Chapter Nine, Tutorial Four
Very Elementary Abstract Algebra

We finish by showing how the logic we've developed is the basis for mathematical reasoning. We take one example: Group Theory.

Group theory is inspired by numbers but is not about them in particular. Instead, it pertains to many things including numbers. The idea is that certain interesting features of numbers are also true of quite different types of object. (We'll see examples later in this tutorial.) Any of these different types, is called a "group".

Now, what we'll do first is "abstract" these interesting features (just using our possibly vague memory of 7th grade number theory!) and express them in PLIF sentences. Together these sentences will give the definition of a group. Finally, when the sentences are taken as premises, we can derive conclusions about any group.

Group theory can be stated with three "axioms" all of which involve a single two-place functor: '+'. This should make you think about addition: that will help you understand the axioms that follow. But we'll drop this way of thinking about '+' in a moment.) Also, we'll temporarily use the English/mathematical symbol for identity (it's much easier to read until we introduce some definitions). Then, the three premises (along with comments) are:

  1. (^x)(^y)(^z) x+(y+z) = (x+y)+z (The order of applying the '+' operation is immaterial)
  2. (%x)(^y) (x+y) = (y+x) = y (We may call the object x an identity element becuase it doesn't change y when '+' is applied to the two. We will prove that there is only one identity element for any group. Let's call it e.)
  3. (^x)(%y) (x+y) = (y+x) = e (y is the inverse of x: we will prove that there is only one such inverse for any x and call it -x.)

This is meant to be rather abstract. But to get a handle on what they mean, it's a good idea to think of a particular group: the set of integers {...-3,-2,-1,0,1,2,3...} along with the operation of addition.

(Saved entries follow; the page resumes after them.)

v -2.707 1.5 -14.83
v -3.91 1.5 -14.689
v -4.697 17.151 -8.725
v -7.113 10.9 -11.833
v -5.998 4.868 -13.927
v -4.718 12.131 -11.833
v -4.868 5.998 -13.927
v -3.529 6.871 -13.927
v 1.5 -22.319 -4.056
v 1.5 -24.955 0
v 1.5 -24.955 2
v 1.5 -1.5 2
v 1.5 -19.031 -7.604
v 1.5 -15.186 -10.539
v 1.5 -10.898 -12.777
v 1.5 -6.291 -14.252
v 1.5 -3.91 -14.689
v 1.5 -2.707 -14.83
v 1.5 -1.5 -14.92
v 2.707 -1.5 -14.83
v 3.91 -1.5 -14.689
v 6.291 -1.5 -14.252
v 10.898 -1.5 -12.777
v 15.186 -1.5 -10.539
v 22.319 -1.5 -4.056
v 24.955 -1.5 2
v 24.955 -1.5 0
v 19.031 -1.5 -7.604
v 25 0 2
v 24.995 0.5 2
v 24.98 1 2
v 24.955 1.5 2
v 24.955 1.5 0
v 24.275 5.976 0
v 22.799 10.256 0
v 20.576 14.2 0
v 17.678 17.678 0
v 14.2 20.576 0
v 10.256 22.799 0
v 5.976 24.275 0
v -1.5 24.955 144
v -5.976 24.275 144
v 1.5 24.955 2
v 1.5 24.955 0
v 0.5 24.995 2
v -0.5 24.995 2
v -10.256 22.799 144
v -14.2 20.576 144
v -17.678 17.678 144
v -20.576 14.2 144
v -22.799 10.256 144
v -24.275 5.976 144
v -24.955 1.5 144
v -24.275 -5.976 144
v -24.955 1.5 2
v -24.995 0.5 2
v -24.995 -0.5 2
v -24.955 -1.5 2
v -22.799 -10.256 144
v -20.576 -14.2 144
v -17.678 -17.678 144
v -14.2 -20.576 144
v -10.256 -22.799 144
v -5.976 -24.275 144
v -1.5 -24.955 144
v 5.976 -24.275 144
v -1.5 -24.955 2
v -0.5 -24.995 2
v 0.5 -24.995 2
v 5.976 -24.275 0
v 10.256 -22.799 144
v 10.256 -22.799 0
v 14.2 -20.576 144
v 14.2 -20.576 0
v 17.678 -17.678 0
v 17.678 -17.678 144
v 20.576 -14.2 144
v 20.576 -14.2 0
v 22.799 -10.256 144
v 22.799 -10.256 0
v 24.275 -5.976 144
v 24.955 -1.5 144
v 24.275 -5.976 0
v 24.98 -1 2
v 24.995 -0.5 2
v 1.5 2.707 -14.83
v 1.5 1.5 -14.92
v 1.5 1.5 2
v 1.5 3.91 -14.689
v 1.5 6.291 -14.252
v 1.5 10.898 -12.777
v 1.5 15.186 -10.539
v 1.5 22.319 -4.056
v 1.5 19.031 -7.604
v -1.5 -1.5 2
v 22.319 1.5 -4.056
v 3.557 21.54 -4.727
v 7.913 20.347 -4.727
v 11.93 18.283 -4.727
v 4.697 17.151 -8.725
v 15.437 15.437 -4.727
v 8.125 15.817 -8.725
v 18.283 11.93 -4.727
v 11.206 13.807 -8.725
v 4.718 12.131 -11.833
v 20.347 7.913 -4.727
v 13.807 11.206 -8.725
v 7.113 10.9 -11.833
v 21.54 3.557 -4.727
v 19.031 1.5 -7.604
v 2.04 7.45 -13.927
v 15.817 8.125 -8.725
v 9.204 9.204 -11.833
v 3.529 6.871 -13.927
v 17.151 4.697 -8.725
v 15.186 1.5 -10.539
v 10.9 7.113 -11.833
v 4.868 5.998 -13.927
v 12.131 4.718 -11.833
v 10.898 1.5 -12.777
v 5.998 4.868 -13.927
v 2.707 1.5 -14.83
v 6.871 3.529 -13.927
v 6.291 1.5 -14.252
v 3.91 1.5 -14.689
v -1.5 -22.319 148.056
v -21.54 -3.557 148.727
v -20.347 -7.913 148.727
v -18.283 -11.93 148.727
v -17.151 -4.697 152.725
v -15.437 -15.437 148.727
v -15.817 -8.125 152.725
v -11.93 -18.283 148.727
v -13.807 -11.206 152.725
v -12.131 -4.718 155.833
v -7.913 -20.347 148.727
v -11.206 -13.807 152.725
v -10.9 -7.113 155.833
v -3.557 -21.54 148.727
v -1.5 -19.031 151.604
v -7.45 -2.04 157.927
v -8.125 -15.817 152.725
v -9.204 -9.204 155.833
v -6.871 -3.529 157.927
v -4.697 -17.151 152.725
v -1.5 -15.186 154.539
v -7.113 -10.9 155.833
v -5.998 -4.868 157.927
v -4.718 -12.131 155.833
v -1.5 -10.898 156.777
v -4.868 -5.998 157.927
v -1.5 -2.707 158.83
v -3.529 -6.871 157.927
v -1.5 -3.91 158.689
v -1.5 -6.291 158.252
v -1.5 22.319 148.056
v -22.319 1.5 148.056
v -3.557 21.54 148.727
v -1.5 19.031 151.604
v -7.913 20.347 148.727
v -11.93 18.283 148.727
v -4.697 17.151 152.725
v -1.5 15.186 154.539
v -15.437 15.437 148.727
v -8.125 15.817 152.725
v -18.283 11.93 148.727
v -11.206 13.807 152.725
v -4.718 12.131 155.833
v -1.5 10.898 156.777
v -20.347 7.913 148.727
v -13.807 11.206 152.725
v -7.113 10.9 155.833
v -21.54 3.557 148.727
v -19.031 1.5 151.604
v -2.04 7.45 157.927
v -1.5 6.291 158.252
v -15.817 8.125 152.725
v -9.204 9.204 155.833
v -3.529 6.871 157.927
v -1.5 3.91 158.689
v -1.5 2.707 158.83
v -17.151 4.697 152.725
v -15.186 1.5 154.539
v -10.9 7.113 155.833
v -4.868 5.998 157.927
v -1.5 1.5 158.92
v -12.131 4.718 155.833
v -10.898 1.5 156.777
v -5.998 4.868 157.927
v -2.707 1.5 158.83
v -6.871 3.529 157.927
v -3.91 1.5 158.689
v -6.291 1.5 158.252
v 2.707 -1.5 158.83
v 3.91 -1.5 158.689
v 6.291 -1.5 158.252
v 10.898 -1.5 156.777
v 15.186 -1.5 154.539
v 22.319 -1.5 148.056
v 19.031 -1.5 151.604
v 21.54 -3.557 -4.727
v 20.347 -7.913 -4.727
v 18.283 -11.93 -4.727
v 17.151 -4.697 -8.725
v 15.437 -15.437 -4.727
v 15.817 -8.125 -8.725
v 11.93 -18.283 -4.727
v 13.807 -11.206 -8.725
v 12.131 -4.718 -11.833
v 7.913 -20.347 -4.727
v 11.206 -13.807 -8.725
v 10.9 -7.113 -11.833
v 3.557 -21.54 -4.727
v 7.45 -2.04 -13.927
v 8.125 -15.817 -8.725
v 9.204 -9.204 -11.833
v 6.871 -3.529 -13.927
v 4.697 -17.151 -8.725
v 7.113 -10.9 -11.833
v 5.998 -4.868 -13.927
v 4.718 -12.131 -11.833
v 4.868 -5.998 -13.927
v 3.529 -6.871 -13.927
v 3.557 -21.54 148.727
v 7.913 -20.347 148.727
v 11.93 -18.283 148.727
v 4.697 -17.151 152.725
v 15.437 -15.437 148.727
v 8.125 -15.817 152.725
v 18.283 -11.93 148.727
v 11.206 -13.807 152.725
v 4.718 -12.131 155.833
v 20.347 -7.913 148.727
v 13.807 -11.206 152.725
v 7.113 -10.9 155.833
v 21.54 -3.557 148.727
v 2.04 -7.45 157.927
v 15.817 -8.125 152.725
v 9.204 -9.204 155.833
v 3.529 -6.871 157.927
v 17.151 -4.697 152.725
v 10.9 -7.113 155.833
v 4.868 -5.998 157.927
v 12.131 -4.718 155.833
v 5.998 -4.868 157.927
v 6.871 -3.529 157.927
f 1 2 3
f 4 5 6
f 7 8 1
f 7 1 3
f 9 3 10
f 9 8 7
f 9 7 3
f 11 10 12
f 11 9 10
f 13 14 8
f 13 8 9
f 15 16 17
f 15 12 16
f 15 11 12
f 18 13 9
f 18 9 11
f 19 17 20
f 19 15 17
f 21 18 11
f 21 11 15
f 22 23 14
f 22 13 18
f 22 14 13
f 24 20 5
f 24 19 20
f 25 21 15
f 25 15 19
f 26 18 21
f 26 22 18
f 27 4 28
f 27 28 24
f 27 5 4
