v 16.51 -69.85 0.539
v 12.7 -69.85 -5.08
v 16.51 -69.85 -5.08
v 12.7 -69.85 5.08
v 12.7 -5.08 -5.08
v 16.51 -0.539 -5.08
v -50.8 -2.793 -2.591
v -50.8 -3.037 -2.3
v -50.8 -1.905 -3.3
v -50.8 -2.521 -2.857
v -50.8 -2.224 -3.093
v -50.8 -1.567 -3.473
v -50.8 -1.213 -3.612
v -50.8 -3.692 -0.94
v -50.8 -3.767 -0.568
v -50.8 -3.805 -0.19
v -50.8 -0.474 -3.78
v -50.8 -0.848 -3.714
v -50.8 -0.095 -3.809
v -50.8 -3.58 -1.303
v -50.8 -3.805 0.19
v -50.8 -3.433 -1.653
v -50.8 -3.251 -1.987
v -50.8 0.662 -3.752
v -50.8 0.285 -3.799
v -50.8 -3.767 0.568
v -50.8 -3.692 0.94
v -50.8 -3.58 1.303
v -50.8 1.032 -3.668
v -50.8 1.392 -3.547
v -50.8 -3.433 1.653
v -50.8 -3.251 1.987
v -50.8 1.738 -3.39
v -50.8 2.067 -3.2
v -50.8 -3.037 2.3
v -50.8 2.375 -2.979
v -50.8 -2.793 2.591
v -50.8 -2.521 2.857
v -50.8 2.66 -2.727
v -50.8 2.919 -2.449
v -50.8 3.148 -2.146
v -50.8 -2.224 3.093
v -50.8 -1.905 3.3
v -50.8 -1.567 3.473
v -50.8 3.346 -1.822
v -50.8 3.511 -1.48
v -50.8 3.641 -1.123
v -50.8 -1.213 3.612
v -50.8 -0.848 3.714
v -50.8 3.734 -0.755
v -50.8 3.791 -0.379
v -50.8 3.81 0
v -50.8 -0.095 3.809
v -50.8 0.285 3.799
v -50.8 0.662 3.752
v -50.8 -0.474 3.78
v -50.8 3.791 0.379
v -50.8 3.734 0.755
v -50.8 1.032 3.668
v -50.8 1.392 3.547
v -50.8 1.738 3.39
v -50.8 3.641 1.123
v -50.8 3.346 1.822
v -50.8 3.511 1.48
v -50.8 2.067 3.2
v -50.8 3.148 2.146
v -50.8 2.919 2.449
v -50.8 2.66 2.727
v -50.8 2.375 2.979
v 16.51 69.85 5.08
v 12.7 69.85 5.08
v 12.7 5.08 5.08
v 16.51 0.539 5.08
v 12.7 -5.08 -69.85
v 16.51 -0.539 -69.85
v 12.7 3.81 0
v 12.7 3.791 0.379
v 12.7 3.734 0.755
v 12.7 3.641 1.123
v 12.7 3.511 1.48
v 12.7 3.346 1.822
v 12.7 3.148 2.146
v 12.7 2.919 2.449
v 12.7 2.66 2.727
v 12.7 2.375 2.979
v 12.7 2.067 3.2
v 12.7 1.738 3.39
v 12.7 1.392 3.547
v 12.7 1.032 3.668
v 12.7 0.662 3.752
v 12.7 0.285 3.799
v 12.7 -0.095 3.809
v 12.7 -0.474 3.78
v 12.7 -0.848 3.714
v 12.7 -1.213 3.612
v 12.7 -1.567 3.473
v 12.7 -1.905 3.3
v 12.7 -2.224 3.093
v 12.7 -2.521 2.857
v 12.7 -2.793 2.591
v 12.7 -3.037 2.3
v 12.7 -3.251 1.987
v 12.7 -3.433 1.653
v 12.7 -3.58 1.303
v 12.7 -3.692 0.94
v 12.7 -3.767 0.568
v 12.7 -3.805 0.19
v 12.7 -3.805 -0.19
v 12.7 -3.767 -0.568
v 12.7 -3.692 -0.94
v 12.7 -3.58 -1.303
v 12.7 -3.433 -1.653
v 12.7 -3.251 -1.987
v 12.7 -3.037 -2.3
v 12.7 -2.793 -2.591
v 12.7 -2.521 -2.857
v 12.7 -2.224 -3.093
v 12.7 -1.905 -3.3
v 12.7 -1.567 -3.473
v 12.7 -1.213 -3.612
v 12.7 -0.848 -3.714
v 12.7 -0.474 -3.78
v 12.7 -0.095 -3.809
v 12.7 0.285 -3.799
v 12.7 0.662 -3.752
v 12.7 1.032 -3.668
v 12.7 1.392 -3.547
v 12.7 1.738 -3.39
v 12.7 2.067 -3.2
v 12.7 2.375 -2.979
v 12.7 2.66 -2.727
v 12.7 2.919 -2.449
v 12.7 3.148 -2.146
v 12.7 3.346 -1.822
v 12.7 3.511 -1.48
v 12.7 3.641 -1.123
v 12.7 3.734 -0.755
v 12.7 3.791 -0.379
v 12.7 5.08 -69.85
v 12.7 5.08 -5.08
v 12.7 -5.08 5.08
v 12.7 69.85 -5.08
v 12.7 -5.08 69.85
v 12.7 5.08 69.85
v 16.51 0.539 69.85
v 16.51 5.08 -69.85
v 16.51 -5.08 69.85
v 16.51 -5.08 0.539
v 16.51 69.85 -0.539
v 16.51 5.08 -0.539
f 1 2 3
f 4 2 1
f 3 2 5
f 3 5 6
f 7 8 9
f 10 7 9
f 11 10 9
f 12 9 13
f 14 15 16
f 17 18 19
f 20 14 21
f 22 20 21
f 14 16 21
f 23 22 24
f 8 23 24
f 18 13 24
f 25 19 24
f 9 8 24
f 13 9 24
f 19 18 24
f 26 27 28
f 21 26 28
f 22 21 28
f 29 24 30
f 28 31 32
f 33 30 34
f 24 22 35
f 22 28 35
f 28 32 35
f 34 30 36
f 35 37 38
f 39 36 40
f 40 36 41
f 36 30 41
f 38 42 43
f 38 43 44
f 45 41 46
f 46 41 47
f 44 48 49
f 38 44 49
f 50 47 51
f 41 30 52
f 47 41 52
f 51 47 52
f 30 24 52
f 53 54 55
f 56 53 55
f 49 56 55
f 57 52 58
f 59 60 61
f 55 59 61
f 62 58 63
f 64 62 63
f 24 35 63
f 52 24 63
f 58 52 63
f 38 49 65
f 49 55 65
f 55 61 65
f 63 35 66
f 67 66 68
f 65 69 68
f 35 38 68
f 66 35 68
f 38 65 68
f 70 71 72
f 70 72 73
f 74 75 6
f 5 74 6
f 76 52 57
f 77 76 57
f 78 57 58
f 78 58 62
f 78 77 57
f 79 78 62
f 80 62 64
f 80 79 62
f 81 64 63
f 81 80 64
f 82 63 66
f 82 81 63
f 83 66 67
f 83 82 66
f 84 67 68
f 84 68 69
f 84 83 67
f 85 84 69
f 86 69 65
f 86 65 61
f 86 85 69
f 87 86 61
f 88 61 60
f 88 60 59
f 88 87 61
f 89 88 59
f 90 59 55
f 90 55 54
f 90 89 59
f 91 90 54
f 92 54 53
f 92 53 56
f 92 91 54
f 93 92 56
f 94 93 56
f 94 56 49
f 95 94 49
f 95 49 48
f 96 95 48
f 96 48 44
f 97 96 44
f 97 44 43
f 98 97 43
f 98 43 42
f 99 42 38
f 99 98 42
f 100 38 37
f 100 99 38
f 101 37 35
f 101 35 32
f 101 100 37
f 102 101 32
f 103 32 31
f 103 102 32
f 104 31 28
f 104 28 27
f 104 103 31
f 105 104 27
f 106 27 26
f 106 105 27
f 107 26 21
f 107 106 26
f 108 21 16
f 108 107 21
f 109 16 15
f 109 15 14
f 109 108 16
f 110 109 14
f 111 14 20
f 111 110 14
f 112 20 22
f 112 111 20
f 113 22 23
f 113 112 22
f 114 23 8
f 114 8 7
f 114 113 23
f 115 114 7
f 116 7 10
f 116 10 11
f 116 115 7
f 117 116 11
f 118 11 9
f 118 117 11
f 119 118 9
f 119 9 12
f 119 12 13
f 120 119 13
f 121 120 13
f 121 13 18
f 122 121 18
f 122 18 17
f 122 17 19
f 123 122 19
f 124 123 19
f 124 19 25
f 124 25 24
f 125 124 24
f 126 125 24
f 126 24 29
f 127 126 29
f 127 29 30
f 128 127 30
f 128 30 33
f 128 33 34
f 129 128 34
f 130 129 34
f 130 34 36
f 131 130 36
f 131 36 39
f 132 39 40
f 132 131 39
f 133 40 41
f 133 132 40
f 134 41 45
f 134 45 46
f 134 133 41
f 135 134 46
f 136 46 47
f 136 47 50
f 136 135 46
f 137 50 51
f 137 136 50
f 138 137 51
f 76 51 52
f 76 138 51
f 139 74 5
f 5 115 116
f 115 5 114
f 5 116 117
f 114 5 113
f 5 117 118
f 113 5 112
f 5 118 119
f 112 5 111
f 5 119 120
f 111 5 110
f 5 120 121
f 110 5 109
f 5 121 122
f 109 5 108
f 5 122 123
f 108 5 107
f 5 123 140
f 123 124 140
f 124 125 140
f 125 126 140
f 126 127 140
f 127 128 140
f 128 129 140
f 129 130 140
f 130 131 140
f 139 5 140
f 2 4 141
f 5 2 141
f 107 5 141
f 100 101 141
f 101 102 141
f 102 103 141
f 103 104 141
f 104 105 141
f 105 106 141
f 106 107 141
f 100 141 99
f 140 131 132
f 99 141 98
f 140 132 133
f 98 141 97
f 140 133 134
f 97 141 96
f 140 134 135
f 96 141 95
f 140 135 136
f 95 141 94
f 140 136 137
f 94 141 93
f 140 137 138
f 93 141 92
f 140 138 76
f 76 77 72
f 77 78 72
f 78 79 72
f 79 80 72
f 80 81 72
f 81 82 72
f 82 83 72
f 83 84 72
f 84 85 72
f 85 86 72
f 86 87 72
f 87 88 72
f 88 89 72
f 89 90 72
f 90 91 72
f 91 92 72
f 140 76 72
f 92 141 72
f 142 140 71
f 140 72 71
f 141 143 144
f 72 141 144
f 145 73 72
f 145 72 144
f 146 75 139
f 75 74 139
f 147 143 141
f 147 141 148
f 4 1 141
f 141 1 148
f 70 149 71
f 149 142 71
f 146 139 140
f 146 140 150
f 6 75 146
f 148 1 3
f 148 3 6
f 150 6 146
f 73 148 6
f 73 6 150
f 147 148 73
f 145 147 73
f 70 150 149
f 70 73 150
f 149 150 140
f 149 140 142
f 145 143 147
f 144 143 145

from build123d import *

# Parameters (mm, degrees)
F0_R          = 3.81
F1_DEPTH      = 12.7
F1_DEPTH_BACK = 50.8
F2_W          = 64.77
F2_H          = 10.16
F2_W_2        = 10.16
F2_H_2        = 64.77
F3_DEPTH      = 3.81
F4_SIZE2      = 4.540571
F4_SIZE       = 3.80999
F4_2_SIZE2    = 4.540571
F4_2_SIZE     = 3.80999
F4_3_SIZE2    = 4.540571
F4_3_SIZE     = 3.80999
F4_4_SIZE2    = 4.540571
F4_4_SIZE     = 3.80999


# Not quite as in the source:
# - a fillet or chamfer is up to 0.001 mm smaller than in the source, because OpenCascade refuses the exact size


with BuildPart() as f1:
    # F0 (on Right) → F1 (new body, two sides)
    with BuildSketch(Plane.YZ) as f1_sk:
        Circle(F0_R)
    extrude(amount=F1_DEPTH)
    extrude(f1_sk.sketch, amount=-F1_DEPTH_BACK)

    # F2 (on face) → F3 (join)
    with BuildSketch(Plane.YZ.offset(12.7)):
        with Locations((37.465, 0)):
            Rectangle(F2_W, F2_H)
        Rectangle(F2_W_2, F2_H)
        with Locations((0, 37.465)):
            Rectangle(F2_W_2, F2_H_2)
        with Locations((-37.465, 0)):
            Rectangle(F2_W, F2_H)
        with Locations((0, -37.465)):
            Rectangle(F2_W_2, F2_H_2)
    extrude(amount=F3_DEPTH)

    # F4 (size 3.81 and 4.5405811878 in the source; OpenCascade refuses exactly that, so slightly less here)
    f4_edges = [f1.edges().sort_by_distance(p)[0] for p in [
        (16.51, 5.08, 37.465),
    ]]
    f4_side = f1.faces().sort_by_distance((14.605, 5.08, 37.465))[0]
    chamfer(f4_edges, length=F4_SIZE, length2=F4_SIZE2, reference=f4_side)

    # F4#2 (size 3.81 and 4.5405811878 in the source; OpenCascade refuses exactly that, so slightly less here)
    f4_2_edges = [f1.edges().sort_by_distance(p)[0] for p in [
        (16.51, 37.465, -5.08),
    ]]
    f4_2_side = f1.faces().sort_by_distance((14.605, 37.465, -5.08))[0]
    chamfer(f4_2_edges, length=F4_2_SIZE, length2=F4_2_SIZE2, reference=f4_2_side)

    # F4#3 (size 3.81 and 4.5405811878 in the source; OpenCascade refuses exactly that, so slightly less here)
    f4_3_edges = [f1.edges().sort_by_distance(p)[0] for p in [
        (16.51, -5.08, -37.465),
    ]]
    f4_3_side = f1.faces().sort_by_distance((14.605, -5.08, -37.465))[0]
    chamfer(f4_3_edges, length=F4_3_SIZE, length2=F4_3_SIZE2, reference=f4_3_side)

    # F4#4 (size 3.81 and 4.5405811878 in the source; OpenCascade refuses exactly that, so slightly less here)
    f4_4_edges = [f1.edges().sort_by_distance(p)[0] for p in [
        (16.51, -37.465, 5.08),
    ]]
    f4_4_side = f1.faces().sort_by_distance((14.605, -37.465, 5.08))[0]
    chamfer(f4_4_edges, length=F4_4_SIZE, length2=F4_4_SIZE2, reference=f4_4_side)


solid = f1.part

That is, if we take the following interpretation...

Interpretation 1:

universe of discourse: the integers, {...-3,-2,-1,0,1,2,3...}
+: the addition function

...then we have an interpretation that makes each of the three statements true.

  1. (^x)(^y)(^z) x+(y+z) = (x+y)+z: We know that the order of addition doesn't matter in aritmatic, so 1 is true on the given interpretation.
  2. (%x)(^y) (x+y) = (y+x) = y: What is the number (in place of x) which doesn't change the value of a number y when added to that number? It's 0, of course. So, 0 is the "identity element" of the group that is interpretation 1.
  3. (^x)(%y) x + y = 0: For every integer x there is an opposite, it's negation, -x making this true.

However, this is just an example of a group! We've said that there are other groups as well. And some collections which are not groups.

For example, the integers with multiplication do not form a group! That is, reinterpret the '+' functor as multiplication:

Interpretation 2:

universe of discourse: the integers, {...-3,-2,-1,0,1,2,3...}
+: the multiplication function

It's OK to define our '+' symbol any way you'd like (as long as it's a two place function). So, for the moment try to think of '+' as multiplication! ('3+3=9' on the second interpretation.)

But, this second interpretaion is not a group. That is, it doesn't make all three of our premises true. Why not?

Click on the correct explanation of why the second interpretation is NOT a group:

  1. The first axiom does not apply: multiplication depends on order. (E.g., [ 3 times ( 4 times 2) ] is not equal to [ (3 times 4) times 2 ]
  2. The second axiom does not apply: there is no identity element for multiplication amoung the integers.
  3. The third axiom does not apply: there is no inverse element for multiplication amoung the integers.